### About this exercise
In exact form, please repeat the records from their opening line down to the line with "f 223 767 771", including that line.

[Stored items]
##############################
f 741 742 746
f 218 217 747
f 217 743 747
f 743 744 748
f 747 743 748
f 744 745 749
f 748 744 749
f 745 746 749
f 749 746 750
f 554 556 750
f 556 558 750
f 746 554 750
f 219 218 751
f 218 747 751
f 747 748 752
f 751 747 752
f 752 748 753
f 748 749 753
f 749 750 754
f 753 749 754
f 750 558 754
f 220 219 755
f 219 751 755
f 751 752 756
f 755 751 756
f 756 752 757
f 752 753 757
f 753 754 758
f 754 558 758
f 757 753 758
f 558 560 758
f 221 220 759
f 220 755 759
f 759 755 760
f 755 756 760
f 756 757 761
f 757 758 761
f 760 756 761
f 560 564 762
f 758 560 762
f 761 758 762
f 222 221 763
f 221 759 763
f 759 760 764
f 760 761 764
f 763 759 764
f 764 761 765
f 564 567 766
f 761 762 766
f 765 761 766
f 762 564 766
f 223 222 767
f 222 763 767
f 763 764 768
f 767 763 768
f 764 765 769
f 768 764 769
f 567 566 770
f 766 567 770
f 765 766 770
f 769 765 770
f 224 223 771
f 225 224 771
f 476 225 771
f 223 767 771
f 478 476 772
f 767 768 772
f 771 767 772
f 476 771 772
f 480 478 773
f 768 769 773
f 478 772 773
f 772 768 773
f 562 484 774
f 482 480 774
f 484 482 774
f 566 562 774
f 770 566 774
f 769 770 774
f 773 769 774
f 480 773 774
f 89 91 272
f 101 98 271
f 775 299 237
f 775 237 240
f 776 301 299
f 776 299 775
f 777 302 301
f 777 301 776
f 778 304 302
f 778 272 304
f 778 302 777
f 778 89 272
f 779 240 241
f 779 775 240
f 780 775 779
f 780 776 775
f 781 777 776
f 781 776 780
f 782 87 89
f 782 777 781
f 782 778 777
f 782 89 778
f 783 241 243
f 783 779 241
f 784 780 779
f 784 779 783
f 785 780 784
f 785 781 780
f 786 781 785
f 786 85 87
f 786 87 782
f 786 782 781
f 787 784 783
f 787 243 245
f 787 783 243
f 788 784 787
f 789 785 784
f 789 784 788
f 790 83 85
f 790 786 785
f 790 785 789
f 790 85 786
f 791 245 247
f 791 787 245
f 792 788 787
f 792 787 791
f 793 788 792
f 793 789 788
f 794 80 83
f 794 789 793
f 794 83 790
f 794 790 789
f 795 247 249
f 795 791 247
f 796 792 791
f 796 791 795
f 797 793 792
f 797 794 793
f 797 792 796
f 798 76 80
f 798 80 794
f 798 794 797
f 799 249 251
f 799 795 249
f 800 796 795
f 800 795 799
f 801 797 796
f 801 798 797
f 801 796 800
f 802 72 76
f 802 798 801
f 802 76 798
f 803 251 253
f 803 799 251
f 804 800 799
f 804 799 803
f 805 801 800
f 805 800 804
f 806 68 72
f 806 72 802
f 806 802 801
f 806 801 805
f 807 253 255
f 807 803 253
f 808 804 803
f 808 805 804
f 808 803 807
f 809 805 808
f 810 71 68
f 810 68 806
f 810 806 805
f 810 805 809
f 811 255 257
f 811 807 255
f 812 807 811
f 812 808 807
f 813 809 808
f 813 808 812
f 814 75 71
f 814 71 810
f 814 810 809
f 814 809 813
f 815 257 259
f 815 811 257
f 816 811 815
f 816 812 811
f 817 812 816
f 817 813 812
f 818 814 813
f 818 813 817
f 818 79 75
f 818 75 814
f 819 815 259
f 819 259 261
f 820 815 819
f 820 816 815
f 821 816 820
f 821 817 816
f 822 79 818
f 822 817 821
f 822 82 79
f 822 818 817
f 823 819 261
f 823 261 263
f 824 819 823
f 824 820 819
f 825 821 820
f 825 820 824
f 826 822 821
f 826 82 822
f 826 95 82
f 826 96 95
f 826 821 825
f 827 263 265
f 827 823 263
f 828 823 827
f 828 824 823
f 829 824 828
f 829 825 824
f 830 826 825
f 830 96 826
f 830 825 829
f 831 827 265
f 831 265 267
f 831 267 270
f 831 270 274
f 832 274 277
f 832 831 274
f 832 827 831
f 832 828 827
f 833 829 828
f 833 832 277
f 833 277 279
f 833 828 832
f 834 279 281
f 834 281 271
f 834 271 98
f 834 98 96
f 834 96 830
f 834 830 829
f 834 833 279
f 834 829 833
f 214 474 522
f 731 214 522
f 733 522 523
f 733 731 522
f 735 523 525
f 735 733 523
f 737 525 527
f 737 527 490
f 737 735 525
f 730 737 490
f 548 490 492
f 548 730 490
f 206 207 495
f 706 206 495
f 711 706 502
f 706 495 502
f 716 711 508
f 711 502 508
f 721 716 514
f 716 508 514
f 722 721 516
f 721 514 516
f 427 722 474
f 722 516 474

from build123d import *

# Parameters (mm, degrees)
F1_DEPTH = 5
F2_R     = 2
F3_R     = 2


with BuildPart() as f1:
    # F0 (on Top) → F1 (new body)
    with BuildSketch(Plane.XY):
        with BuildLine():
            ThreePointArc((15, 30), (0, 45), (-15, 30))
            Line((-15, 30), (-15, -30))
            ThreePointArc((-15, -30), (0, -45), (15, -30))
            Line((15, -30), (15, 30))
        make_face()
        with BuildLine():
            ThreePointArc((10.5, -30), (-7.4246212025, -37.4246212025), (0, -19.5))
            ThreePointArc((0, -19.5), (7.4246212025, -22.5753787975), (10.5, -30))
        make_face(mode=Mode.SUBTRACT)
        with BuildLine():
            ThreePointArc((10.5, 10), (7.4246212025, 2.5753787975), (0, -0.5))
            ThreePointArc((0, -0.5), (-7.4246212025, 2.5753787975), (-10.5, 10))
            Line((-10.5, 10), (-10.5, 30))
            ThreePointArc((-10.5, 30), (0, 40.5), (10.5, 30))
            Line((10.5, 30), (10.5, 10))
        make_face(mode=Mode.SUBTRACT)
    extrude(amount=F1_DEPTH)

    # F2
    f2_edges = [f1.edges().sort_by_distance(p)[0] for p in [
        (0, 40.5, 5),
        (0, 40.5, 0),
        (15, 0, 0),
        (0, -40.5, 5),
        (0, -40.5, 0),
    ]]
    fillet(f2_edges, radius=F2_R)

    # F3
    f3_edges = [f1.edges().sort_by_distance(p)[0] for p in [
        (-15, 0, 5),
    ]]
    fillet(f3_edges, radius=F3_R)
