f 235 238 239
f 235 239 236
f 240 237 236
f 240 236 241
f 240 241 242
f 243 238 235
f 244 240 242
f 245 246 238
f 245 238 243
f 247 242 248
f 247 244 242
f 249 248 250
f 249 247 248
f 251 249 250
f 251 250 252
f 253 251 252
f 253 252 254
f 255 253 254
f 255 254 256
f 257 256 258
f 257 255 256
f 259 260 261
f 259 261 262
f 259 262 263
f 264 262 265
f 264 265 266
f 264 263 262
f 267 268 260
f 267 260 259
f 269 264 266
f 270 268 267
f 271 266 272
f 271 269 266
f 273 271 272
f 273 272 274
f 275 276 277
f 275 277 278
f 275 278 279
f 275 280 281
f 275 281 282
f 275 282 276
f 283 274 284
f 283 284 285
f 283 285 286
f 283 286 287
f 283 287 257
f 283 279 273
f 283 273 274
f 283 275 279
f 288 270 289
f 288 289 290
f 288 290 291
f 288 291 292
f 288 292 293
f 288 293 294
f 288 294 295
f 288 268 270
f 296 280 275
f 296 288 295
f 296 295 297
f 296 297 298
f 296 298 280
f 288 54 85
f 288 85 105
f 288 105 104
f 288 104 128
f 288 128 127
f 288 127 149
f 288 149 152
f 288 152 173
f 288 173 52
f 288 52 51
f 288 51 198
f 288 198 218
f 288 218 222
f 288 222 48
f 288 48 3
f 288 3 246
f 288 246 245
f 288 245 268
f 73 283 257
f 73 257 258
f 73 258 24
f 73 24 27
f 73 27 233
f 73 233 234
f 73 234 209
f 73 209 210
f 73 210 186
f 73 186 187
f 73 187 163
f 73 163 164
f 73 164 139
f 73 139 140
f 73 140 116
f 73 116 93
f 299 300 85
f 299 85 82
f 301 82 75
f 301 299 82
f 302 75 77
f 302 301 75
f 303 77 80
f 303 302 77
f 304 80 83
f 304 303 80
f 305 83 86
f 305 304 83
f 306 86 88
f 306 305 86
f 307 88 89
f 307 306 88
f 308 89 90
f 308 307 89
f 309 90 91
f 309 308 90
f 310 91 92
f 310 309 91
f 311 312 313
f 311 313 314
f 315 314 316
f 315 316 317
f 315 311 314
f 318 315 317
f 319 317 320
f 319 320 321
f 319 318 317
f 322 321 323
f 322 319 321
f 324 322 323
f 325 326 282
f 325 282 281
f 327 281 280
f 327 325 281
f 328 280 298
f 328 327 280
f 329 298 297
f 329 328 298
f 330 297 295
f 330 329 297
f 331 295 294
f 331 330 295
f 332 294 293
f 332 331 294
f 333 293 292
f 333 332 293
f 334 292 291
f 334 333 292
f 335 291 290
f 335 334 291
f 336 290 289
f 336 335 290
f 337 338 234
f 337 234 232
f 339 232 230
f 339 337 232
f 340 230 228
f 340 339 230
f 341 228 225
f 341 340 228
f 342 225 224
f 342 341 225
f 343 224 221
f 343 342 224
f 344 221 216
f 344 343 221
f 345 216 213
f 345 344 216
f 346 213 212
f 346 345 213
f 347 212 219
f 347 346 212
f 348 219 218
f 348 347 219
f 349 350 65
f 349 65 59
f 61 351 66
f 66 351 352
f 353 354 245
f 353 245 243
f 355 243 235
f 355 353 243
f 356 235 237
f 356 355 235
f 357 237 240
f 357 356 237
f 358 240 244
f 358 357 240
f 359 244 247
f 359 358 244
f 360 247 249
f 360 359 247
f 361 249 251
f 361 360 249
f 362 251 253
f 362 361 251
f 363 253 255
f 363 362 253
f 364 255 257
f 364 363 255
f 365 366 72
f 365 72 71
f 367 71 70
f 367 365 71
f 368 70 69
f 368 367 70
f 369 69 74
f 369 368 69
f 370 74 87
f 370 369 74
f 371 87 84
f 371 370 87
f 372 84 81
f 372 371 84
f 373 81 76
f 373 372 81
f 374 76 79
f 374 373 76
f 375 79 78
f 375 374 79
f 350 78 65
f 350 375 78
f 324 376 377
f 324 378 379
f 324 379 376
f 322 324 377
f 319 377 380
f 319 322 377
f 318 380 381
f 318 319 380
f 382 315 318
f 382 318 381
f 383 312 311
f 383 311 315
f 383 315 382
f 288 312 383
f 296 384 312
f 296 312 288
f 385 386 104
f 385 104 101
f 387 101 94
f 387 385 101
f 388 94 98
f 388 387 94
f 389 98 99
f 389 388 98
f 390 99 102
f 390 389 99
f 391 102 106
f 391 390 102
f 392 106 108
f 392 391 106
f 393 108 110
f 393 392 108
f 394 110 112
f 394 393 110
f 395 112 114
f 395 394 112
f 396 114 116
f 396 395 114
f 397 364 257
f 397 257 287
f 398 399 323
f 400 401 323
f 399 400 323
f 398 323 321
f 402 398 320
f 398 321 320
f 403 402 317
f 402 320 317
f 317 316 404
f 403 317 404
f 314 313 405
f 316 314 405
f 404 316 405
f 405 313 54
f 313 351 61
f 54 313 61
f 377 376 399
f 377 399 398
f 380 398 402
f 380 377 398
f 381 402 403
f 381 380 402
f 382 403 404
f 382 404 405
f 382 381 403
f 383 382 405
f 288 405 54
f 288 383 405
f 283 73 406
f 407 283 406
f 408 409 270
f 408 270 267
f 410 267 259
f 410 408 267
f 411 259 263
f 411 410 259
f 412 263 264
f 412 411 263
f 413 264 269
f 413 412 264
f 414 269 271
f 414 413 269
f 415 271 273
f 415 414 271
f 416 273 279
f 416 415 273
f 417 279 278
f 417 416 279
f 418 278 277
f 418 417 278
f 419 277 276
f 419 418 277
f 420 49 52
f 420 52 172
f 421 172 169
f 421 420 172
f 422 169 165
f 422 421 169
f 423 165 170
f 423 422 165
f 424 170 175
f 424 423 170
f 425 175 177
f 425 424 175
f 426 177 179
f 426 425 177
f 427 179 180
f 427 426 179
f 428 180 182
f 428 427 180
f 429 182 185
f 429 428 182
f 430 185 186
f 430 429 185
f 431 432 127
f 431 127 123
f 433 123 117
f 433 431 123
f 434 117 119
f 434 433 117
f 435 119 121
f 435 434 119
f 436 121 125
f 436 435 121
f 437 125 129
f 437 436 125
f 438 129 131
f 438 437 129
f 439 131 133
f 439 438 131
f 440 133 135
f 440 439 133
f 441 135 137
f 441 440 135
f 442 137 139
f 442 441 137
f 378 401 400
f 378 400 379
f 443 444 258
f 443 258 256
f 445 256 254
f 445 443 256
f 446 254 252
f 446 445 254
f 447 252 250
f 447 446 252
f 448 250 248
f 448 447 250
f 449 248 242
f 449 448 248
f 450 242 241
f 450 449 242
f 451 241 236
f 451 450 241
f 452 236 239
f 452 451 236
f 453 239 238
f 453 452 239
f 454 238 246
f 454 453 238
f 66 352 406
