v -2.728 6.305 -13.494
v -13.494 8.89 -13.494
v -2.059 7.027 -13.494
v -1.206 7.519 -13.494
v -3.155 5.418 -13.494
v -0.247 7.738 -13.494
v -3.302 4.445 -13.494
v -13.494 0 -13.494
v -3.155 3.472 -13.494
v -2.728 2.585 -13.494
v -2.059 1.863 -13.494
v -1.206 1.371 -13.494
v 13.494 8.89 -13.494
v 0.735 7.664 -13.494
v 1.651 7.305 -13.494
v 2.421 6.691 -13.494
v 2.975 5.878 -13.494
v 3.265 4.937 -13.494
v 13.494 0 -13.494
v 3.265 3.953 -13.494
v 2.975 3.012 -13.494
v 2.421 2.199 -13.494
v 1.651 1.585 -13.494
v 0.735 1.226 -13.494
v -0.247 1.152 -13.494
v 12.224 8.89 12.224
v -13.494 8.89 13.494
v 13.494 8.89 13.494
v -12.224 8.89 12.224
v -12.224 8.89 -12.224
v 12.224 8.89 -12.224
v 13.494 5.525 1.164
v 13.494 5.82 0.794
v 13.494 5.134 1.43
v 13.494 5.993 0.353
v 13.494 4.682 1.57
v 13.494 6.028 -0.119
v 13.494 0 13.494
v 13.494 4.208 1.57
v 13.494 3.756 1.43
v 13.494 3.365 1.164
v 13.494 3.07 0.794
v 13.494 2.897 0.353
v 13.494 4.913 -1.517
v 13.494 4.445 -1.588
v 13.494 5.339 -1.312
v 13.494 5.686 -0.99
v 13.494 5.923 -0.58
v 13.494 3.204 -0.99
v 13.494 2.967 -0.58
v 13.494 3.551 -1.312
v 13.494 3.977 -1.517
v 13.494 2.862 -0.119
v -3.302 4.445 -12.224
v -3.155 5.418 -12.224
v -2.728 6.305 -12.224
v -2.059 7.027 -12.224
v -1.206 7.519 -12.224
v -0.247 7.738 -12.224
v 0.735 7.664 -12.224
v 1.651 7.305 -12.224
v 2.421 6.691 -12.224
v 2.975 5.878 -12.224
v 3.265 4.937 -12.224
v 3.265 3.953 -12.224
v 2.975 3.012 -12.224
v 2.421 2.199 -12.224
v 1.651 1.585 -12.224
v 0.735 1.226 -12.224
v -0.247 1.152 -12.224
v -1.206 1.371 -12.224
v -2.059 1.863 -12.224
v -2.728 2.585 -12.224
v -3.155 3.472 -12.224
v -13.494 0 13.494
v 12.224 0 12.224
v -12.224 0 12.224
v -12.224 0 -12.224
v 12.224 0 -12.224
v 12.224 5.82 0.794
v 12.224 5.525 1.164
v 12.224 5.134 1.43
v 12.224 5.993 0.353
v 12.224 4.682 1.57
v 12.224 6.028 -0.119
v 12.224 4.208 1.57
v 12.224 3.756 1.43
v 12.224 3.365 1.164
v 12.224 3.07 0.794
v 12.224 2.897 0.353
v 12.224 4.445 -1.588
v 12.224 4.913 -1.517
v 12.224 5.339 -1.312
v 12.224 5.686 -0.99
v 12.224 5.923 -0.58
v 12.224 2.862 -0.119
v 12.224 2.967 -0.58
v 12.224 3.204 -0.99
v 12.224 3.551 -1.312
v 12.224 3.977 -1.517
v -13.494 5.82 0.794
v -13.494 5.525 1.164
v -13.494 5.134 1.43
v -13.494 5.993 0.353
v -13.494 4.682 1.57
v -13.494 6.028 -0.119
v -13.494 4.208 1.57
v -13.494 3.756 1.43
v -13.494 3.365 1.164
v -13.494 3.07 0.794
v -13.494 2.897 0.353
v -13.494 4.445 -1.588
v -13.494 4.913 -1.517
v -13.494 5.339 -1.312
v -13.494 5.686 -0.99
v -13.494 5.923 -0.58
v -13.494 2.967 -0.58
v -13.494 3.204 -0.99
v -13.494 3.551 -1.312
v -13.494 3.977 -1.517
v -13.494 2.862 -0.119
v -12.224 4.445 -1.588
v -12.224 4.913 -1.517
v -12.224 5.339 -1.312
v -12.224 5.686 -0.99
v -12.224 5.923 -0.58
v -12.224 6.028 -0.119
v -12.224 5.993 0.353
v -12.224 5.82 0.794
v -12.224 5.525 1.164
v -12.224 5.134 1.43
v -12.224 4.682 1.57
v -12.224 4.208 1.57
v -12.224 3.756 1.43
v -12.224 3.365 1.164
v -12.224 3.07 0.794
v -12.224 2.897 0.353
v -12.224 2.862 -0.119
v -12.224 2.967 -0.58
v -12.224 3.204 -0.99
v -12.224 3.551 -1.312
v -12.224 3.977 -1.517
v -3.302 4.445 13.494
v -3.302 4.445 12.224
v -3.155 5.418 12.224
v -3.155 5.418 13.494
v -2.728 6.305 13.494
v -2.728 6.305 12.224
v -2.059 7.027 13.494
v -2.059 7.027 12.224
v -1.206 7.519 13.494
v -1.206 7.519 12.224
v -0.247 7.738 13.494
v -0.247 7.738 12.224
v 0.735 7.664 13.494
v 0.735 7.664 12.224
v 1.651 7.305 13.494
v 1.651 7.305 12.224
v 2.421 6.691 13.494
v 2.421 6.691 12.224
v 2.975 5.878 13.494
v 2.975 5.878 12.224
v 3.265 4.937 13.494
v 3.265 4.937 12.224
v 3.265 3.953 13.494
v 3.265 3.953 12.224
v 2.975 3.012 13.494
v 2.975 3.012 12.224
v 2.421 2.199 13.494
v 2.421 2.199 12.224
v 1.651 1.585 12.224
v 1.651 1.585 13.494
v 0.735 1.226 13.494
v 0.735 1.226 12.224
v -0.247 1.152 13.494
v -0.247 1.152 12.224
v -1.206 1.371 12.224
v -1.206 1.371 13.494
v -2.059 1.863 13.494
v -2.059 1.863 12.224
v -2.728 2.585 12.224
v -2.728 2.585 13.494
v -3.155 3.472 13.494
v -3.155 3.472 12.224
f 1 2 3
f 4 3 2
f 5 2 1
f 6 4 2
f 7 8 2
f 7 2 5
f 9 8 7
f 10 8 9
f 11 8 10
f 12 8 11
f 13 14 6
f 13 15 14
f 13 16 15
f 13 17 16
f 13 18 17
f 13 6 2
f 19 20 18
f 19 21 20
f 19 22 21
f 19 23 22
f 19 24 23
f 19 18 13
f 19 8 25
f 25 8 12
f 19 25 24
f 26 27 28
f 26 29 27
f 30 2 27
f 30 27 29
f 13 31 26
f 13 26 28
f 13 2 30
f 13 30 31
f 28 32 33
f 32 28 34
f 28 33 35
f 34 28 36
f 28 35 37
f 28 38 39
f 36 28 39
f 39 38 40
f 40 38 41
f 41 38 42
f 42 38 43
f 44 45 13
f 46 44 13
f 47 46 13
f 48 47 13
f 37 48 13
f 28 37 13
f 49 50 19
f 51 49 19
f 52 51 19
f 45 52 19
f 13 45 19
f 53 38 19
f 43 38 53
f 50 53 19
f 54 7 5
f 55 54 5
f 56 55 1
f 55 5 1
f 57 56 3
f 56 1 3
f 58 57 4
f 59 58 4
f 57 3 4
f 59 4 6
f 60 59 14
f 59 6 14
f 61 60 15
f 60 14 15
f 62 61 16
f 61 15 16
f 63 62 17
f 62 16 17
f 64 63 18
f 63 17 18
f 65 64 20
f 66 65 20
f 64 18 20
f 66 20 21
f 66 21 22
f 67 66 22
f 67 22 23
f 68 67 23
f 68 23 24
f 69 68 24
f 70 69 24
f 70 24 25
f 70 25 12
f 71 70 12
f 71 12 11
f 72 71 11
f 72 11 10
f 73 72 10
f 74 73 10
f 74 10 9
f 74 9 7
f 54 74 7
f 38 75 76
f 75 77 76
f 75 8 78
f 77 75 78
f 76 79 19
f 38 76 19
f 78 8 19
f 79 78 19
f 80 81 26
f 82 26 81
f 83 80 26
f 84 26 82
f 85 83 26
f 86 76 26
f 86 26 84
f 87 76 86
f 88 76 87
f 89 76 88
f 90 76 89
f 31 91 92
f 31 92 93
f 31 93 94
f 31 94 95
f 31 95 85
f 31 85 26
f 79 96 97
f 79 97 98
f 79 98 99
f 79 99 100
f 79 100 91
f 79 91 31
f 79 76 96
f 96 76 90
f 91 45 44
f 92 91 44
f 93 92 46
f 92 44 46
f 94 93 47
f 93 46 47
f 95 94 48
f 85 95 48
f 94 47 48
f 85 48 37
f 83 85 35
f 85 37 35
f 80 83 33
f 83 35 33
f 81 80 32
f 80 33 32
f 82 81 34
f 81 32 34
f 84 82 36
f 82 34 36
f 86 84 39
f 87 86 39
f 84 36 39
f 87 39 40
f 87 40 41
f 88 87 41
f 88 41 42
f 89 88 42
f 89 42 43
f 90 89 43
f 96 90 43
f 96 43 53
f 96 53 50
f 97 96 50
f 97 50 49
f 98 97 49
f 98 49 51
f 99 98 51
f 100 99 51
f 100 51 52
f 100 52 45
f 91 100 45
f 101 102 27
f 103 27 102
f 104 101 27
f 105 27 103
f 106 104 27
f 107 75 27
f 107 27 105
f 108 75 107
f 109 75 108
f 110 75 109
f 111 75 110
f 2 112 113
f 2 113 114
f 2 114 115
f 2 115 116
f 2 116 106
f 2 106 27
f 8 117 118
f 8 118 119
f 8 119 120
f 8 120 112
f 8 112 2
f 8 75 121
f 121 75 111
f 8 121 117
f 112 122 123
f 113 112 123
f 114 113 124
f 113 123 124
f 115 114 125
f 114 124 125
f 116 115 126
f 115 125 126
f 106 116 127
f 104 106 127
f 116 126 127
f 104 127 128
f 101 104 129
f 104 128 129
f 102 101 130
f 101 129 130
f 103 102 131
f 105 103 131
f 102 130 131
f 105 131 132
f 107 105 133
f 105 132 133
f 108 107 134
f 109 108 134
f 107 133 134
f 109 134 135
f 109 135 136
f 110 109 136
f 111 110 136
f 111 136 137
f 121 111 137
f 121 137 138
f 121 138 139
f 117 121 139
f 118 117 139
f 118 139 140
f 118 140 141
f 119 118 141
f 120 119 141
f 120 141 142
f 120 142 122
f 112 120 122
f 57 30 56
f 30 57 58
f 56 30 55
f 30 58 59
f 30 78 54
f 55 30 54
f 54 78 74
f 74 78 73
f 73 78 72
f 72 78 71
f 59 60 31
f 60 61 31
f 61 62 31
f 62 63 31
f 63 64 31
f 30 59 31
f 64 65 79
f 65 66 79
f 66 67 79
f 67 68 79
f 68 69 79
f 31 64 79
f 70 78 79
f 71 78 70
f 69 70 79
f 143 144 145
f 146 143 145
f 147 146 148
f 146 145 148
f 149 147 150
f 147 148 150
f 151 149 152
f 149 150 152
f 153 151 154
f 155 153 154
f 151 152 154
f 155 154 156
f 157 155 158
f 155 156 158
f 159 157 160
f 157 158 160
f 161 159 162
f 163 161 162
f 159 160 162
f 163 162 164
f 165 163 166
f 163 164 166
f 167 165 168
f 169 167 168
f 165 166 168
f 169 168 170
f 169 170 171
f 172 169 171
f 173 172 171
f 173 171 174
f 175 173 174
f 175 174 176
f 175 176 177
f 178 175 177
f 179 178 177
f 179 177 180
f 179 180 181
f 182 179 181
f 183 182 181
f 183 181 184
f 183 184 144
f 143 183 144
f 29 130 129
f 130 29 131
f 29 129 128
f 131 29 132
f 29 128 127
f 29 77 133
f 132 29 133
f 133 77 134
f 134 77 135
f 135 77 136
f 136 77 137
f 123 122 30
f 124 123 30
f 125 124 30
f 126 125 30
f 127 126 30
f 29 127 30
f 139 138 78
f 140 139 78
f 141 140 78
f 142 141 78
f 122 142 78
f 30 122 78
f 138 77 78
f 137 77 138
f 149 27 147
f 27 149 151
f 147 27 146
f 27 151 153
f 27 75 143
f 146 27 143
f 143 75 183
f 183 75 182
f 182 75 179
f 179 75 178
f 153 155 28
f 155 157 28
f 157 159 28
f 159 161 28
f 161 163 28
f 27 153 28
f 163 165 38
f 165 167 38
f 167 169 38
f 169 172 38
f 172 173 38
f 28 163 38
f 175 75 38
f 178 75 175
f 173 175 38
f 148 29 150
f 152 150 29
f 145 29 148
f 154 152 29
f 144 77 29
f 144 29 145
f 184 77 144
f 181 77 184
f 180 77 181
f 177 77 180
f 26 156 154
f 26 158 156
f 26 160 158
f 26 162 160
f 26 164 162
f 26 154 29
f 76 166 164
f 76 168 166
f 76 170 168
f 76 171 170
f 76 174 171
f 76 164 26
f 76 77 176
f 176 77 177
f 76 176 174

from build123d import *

# Parameters (mm, degrees)
SKETCH1_W           = 26.9875
SKETCH1_H           = 26.9875
SKETCH1_W_2         = 24.4475
SKETCH1_H_2         = 24.4475
BOSS_EXTRUDE1_DEPTH = 8.89
SKETCH2_R           = 1.5875
CUT_EXTRUDE1_DEPTH  = 152.4
SKETCH3_R           = 3.302
CUT_EXTRUDE3_DEPTH  = 152.4


with BuildPart() as part:
    # Sketch1 → Boss-Extrude1 (new body)
    with BuildSketch(Plane(origin=(0, 0, 0), x_dir=(1, 0, 0), z_dir=(0, 1, 0))):
        Rectangle(SKETCH1_W, SKETCH1_H)
        Rectangle(SKETCH1_W_2, SKETCH1_H_2, mode=Mode.SUBTRACT)
    extrude(amount=BOSS_EXTRUDE1_DEPTH)

    # Sketch2 → Cut-Extrude1 (cut)
    with BuildSketch(Plane(origin=(13.49375, 0, 0), x_dir=(0, 0, -1), z_dir=(1, 0, 0))):
        with Locations((0, 4.445)):
            Circle(SKETCH2_R)
    extrude(amount=-CUT_EXTRUDE1_DEPTH, mode=Mode.SUBTRACT)

    # Sketch3 → Cut-Extrude3 (cut)
    with BuildSketch(Plane(origin=(0, 0, -13.49375), x_dir=(-1, 0, 0), z_dir=(0, 0, -1))):
        with Locations((0, 4.445)):
            Circle(SKETCH3_R)
    extrude(amount=-CUT_EXTRUDE3_DEPTH, mode=Mode.SUBTRACT)


solid = part.part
##############################
### Finished exercise
f 741 742 746
f 218 217 747
f 217 743 747
f 743 744 748
f 747 743 748
f 744 745 749
f 748 744 749
f 745 746 749
f 749 746 750
f 554 556 750
f 556 558 750
f 746 554 750
f 219 218 751
f 218 747 751
f 747 748 752
f 751 747 752
f 752 748 753
f 748 749 753
f 749 750 754
f 753 749 754
f 750 558 754
f 220 219 755
f 219 751 755
f 751 752 756
f 755 751 756
f 756 752 757
f 752 753 757
f 753 754 758
f 754 558 758
f 757 753 758
f 558 560 758
f 221 220 759
f 220 755 759
f 759 755 760
f 755 756 760
f 756 757 761
f 757 758 761
f 760 756 761
f 560 564 762
f 758 560 762
f 761 758 762
f 222 221 763
f 221 759 763
f 759 760 764
f 760 761 764
f 763 759 764
f 764 761 765
f 564 567 766
f 761 762 766
f 765 761 766
f 762 564 766
f 223 222 767
f 222 763 767
f 763 764 768
f 767 763 768
f 764 765 769
f 768 764 769
f 567 566 770
f 766 567 770
f 765 766 770
f 769 765 770
f 224 223 771
f 225 224 771
f 476 225 771
f 223 767 771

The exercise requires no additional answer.